The reply to the records below should contain exactly the lines from the line with "v31 (53.5,8,0)" through the line with "e41 v38 v39 LINE", and nothing besides.

[Saved data entries]
+---+

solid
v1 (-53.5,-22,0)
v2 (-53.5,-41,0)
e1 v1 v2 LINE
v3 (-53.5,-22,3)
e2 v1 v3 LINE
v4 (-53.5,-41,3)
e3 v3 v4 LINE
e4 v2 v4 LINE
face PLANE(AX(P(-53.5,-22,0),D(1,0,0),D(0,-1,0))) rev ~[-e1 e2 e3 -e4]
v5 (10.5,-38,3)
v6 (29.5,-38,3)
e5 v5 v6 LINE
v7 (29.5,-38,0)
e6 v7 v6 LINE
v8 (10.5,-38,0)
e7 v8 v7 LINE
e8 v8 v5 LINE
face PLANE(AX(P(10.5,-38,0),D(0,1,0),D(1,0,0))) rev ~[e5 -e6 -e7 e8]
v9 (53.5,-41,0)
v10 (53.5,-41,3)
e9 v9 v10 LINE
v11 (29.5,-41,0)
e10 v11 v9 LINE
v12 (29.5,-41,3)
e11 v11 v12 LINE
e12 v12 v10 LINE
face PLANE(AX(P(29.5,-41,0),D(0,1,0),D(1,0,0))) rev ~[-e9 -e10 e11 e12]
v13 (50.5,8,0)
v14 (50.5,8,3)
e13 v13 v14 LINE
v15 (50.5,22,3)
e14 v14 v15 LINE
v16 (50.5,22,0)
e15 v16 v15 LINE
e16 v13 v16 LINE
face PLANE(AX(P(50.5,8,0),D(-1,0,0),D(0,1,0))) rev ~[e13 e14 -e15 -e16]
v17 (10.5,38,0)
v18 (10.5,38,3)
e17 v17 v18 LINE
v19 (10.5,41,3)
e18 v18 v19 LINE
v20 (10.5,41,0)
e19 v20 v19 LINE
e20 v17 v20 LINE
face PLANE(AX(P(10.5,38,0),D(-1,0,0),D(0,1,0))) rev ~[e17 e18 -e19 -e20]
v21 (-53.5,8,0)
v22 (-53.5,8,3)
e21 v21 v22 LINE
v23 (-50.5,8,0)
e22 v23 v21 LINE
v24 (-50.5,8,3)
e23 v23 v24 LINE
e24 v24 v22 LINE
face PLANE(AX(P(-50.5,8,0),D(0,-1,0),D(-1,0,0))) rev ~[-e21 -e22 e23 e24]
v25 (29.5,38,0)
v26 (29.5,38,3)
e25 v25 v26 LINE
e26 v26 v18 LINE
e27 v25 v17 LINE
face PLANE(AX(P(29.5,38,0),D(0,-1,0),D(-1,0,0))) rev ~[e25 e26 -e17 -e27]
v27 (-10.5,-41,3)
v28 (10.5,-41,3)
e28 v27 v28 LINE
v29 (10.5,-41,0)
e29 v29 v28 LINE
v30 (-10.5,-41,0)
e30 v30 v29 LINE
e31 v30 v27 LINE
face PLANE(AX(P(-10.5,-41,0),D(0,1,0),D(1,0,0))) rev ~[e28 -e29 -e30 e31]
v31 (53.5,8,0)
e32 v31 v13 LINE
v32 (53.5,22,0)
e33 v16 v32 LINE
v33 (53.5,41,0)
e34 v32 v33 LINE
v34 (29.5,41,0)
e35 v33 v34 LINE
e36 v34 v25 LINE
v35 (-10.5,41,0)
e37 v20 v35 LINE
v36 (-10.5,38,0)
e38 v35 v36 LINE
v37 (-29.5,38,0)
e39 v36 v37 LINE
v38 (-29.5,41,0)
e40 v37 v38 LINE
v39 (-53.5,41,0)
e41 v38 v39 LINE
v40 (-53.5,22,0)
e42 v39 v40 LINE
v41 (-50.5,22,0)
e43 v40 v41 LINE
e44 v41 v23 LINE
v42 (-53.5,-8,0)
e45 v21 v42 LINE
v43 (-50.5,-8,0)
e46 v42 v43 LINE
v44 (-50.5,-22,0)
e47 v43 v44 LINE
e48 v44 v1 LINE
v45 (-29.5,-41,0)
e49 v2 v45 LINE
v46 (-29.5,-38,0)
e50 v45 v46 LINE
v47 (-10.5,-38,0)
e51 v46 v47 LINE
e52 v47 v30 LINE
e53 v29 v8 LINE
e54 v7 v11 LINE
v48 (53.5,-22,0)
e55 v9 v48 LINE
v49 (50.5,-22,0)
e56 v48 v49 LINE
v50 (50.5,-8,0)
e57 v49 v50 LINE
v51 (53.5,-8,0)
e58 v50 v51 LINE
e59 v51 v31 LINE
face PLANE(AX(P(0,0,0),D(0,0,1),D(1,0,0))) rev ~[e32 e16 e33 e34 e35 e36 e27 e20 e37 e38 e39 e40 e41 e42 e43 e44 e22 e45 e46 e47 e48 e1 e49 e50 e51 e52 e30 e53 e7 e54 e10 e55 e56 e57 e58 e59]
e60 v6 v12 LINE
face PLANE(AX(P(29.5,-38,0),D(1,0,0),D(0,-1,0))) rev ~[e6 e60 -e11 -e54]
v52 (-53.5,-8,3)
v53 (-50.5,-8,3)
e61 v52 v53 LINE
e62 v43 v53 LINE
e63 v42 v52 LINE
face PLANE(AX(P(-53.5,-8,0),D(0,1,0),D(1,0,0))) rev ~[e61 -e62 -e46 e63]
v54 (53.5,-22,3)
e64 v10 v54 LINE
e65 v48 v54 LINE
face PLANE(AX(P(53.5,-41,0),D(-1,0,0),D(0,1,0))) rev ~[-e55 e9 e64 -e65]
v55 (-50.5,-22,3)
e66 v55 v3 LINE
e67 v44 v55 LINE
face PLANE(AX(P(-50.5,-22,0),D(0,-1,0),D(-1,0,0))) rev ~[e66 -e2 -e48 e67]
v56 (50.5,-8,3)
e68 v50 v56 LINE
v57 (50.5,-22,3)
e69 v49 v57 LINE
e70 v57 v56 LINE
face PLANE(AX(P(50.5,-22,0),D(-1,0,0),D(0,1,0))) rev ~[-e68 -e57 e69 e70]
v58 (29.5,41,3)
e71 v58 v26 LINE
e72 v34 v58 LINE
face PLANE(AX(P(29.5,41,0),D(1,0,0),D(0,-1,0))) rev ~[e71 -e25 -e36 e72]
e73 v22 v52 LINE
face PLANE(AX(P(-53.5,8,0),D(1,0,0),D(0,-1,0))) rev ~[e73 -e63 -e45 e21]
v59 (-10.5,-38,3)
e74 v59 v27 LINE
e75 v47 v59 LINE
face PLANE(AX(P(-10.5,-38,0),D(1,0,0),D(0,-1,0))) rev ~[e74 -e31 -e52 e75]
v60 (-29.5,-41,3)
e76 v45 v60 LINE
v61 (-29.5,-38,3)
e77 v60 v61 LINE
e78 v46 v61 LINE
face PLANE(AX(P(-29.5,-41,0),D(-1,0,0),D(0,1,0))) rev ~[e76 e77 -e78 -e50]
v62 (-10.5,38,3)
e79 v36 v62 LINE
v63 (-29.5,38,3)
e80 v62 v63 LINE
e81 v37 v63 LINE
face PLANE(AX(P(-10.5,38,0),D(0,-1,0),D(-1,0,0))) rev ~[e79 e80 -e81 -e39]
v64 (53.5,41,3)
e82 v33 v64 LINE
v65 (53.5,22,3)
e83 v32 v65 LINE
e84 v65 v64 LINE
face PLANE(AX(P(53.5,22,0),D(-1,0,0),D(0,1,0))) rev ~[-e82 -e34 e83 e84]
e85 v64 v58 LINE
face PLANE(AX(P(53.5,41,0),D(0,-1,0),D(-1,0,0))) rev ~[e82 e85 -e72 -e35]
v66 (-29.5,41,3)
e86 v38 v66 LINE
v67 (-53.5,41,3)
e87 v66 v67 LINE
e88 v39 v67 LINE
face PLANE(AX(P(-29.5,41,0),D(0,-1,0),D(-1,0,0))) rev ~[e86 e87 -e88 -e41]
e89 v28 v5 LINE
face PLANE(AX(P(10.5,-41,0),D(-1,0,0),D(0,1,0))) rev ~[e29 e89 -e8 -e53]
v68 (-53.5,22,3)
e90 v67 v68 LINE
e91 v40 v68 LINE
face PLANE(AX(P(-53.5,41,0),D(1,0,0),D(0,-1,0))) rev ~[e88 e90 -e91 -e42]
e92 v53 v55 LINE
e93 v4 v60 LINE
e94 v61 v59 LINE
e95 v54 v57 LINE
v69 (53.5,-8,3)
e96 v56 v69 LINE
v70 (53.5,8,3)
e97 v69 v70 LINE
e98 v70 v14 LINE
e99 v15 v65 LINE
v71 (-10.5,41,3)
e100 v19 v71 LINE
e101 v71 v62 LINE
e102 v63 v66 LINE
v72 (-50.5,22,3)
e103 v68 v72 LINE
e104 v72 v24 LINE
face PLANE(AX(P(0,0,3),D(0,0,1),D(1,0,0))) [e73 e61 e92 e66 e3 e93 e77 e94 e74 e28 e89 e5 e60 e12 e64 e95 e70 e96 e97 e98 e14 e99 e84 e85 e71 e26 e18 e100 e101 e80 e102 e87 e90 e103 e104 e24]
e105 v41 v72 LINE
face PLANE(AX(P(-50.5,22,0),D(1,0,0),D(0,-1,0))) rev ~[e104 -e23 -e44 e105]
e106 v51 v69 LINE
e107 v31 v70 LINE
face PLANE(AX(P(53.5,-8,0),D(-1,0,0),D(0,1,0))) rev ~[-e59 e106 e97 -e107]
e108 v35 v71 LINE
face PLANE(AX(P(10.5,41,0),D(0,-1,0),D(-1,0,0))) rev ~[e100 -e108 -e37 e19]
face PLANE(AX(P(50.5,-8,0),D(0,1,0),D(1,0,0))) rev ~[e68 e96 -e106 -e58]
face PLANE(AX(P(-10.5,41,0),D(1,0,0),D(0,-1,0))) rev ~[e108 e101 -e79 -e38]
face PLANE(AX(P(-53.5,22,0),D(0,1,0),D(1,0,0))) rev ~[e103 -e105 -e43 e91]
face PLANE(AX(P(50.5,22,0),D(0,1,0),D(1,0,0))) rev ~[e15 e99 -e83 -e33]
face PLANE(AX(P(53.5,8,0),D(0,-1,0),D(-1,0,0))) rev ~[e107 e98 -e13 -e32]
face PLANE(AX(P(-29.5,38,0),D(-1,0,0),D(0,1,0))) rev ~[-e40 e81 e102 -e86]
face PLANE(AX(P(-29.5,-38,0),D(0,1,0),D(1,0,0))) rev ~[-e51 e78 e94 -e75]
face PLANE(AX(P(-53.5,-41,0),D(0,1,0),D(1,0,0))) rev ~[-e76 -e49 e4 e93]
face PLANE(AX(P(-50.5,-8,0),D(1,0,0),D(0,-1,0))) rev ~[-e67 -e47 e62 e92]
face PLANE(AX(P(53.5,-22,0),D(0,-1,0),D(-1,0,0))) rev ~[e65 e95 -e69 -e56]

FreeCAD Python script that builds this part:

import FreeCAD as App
import Part
import Sketcher
Q = App.Units.Quantity

doc = App.newDocument("Part")
body = doc.addObject("PartDesign::Body", "Body")

sketch1 = body.newObject("Sketcher::SketchObject", "Sketch")
sketch1.AttachmentSupport = (doc.getObject("XY_Plane"), [""])
sketch1.MapMode = "FlatFace"
sketch1.addGeometry([
    Part.LineSegment(App.Vector(10.5, -41, 0), App.Vector(10.5, -38, 0)),
    Part.LineSegment(App.Vector(10.5, -38, 0), App.Vector(29.5, -38, 0)),
    Part.LineSegment(App.Vector(29.5, -38, 0), App.Vector(29.5, -41, 0)),
    Part.LineSegment(App.Vector(29.5, -41, 0), App.Vector(53.5, -41, 0)),
    Part.LineSegment(App.Vector(53.5, -41, 0), App.Vector(53.5, -22, 0)),
    Part.LineSegment(App.Vector(53.5, -22, 0), App.Vector(50.5, -22, 0)),
    Part.LineSegment(App.Vector(50.5, -22, 0), App.Vector(50.5, -8, 0)),
    Part.LineSegment(App.Vector(50.5, -8, 0), App.Vector(53.5, -8, 0)),
    Part.LineSegment(App.Vector(53.5, -8, 0), App.Vector(53.5, 8, 0)),
    Part.LineSegment(App.Vector(53.5, 8, 0), App.Vector(50.5, 8, 0)),
    Part.LineSegment(App.Vector(50.5, 8, 0), App.Vector(50.5, 22, 0)),
    Part.LineSegment(App.Vector(50.5, 22, 0), App.Vector(53.5, 22, 0)),
    Part.LineSegment(App.Vector(53.5, 22, 0), App.Vector(53.5, 41, 0)),
    Part.LineSegment(App.Vector(53.5, 41, 0), App.Vector(29.5, 41, 0)),
    Part.LineSegment(App.Vector(29.5, 41, 0), App.Vector(29.5, 38, 0)),
    Part.LineSegment(App.Vector(29.5, 38, 0), App.Vector(10.5, 38, 0)),
    Part.LineSegment(App.Vector(10.5, 38, 0), App.Vector(10.5, 41, 0)),
    Part.LineSegment(App.Vector(10.5, 41, 0), App.Vector(-10.5, 41, 0)),
    Part.LineSegment(App.Vector(-10.5, 41, 0), App.Vector(-10.5, 38, 0)),
    Part.LineSegment(App.Vector(-10.5, 38, 0), App.Vector(-29.5, 38, 0)),
    Part.LineSegment(App.Vector(-29.5, 38, 0), App.Vector(-29.5, 41, 0)),
    Part.LineSegment(App.Vector(-29.5, 41, 0), App.Vector(-53.5, 41, 0)),
    Part.LineSegment(App.Vector(-53.5, 41, 0), App.Vector(-53.5, 22, 0)),
    Part.LineSegment(App.Vector(-53.5, 22, 0), App.Vector(-50.5, 22, 0)),
    Part.LineSegment(App.Vector(-50.5, 22, 0), App.Vector(-50.5, 8, 0)),
    Part.LineSegment(App.Vector(-50.5, 8, 0), App.Vector(-53.5, 8, 0)),
    Part.LineSegment(App.Vector(-53.5, 8, 0), App.Vector(-53.5, -8, 0)),
    Part.LineSegment(App.Vector(-53.5, -8, 0), App.Vector(-50.5, -8, 0)),
    Part.LineSegment(App.Vector(-50.5, -8, 0), App.Vector(-50.5, -22, 0)),
    Part.LineSegment(App.Vector(-50.5, -22, 0), App.Vector(-53.5, -22, 0)),
    Part.LineSegment(App.Vector(-53.5, -22, 0), App.Vector(-53.5, -41, 0)),
    Part.LineSegment(App.Vector(-53.5, -41, 0), App.Vector(-29.5, -41, 0)),
    Part.LineSegment(App.Vector(-29.5, -41, 0), App.Vector(-29.5, -38, 0)),
    Part.LineSegment(App.Vector(-29.5, -38, 0), App.Vector(-10.5, -38, 0)),
    Part.LineSegment(App.Vector(-10.5, -38, 0), App.Vector(-10.5, -41, 0)),
    Part.LineSegment(App.Vector(-10.5, -41, 0), App.Vector(10.5, -41, 0)),
], False)
sketch1.addConstraint([
    Sketcher.Constraint("Coincident", 0, 2, 1, 1),
    Sketcher.Constraint("Coincident", 1, 2, 2, 1),
    Sketcher.Constraint("Coincident", 2, 2, 3, 1),
    Sketcher.Constraint("Coincident", 3, 2, 4, 1),
    Sketcher.Constraint("Coincident", 4, 2, 5, 1),
    Sketcher.Constraint("Coincident", 5, 2, 6, 1),
    Sketcher.Constraint("Coincident", 6, 2, 7, 1),
    Sketcher.Constraint("Coincident", 7, 2, 8, 1),
    Sketcher.Constraint("Coincident", 8, 2, 9, 1),
    Sketcher.Constraint("Coincident", 9, 2, 10, 1),
    Sketcher.Constraint("Coincident", 10, 2, 11, 1),
    Sketcher.Constraint("Coincident", 11, 2, 12, 1),
    Sketcher.Constraint("Coincident", 12, 2, 13, 1),
    Sketcher.Constraint("Coincident", 13, 2, 14, 1),
    Sketcher.Constraint("Coincident", 14, 2, 15, 1),
    Sketcher.Constraint("Coincident", 15, 2, 16, 1),
    Sketcher.Constraint("Coincident", 16, 2, 17, 1),
    Sketcher.Constraint("Coincident", 17, 2, 18, 1),
    Sketcher.Constraint("Coincident", 18, 2, 19, 1),
    Sketcher.Constraint("Coincident", 19, 2, 20, 1),
    Sketcher.Constraint("Coincident", 20, 2, 21, 1),
    Sketcher.Constraint("Coincident", 21, 2, 22, 1),
    Sketcher.Constraint("Coincident", 22, 2, 23, 1),
    Sketcher.Constraint("Coincident", 23, 2, 24, 1),
    Sketcher.Constraint("Coincident", 24, 2, 25, 1),
    Sketcher.Constraint("Coincident", 25, 2, 26, 1),
    Sketcher.Constraint("Coincident", 26, 2, 27, 1),
    Sketcher.Constraint("Coincident", 27, 2, 28, 1),
    Sketcher.Constraint("Coincident", 28, 2, 29, 1),
    Sketcher.Constraint("Coincident", 29, 2, 30, 1),
    Sketcher.Constraint("Coincident", 30, 2, 31, 1),
    Sketcher.Constraint("Coincident", 31, 2, 32, 1),
    Sketcher.Constraint("Coincident", 32, 2, 33, 1),
    Sketcher.Constraint("Coincident", 33, 2, 34, 1),
    Sketcher.Constraint("Coincident", 34, 2, 35, 1),
    Sketcher.Constraint("Coincident", 35, 2, 0, 1),
    Sketcher.Constraint("Vertical", 0),
    Sketcher.Constraint("Horizontal", 1),
    Sketcher.Constraint("Vertical", 2),
    Sketcher.Constraint("Horizontal", 3),
    Sketcher.Constraint("Vertical", 4),
    Sketcher.Constraint("Horizontal", 5),
    Sketcher.Constraint("Vertical", 6),
    Sketcher.Constraint("Horizontal", 7),
    Sketcher.Constraint("Vertical", 8),
    Sketcher.Constraint("Horizontal", 9),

+---+

Answer to the problem:
v31 (53.5,8,0)
e32 v31 v13 LINE
v32 (53.5,22,0)
e33 v16 v32 LINE
v33 (53.5,41,0)
e34 v32 v33 LINE
v34 (29.5,41,0)
e35 v33 v34 LINE
e36 v34 v25 LINE
v35 (-10.5,41,0)
e37 v20 v35 LINE
v36 (-10.5,38,0)
e38 v35 v36 LINE
v37 (-29.5,38,0)
e39 v36 v37 LINE
v38 (-29.5,41,0)
e40 v37 v38 LINE
v39 (-53.5,41,0)
e41 v38 v39 LINE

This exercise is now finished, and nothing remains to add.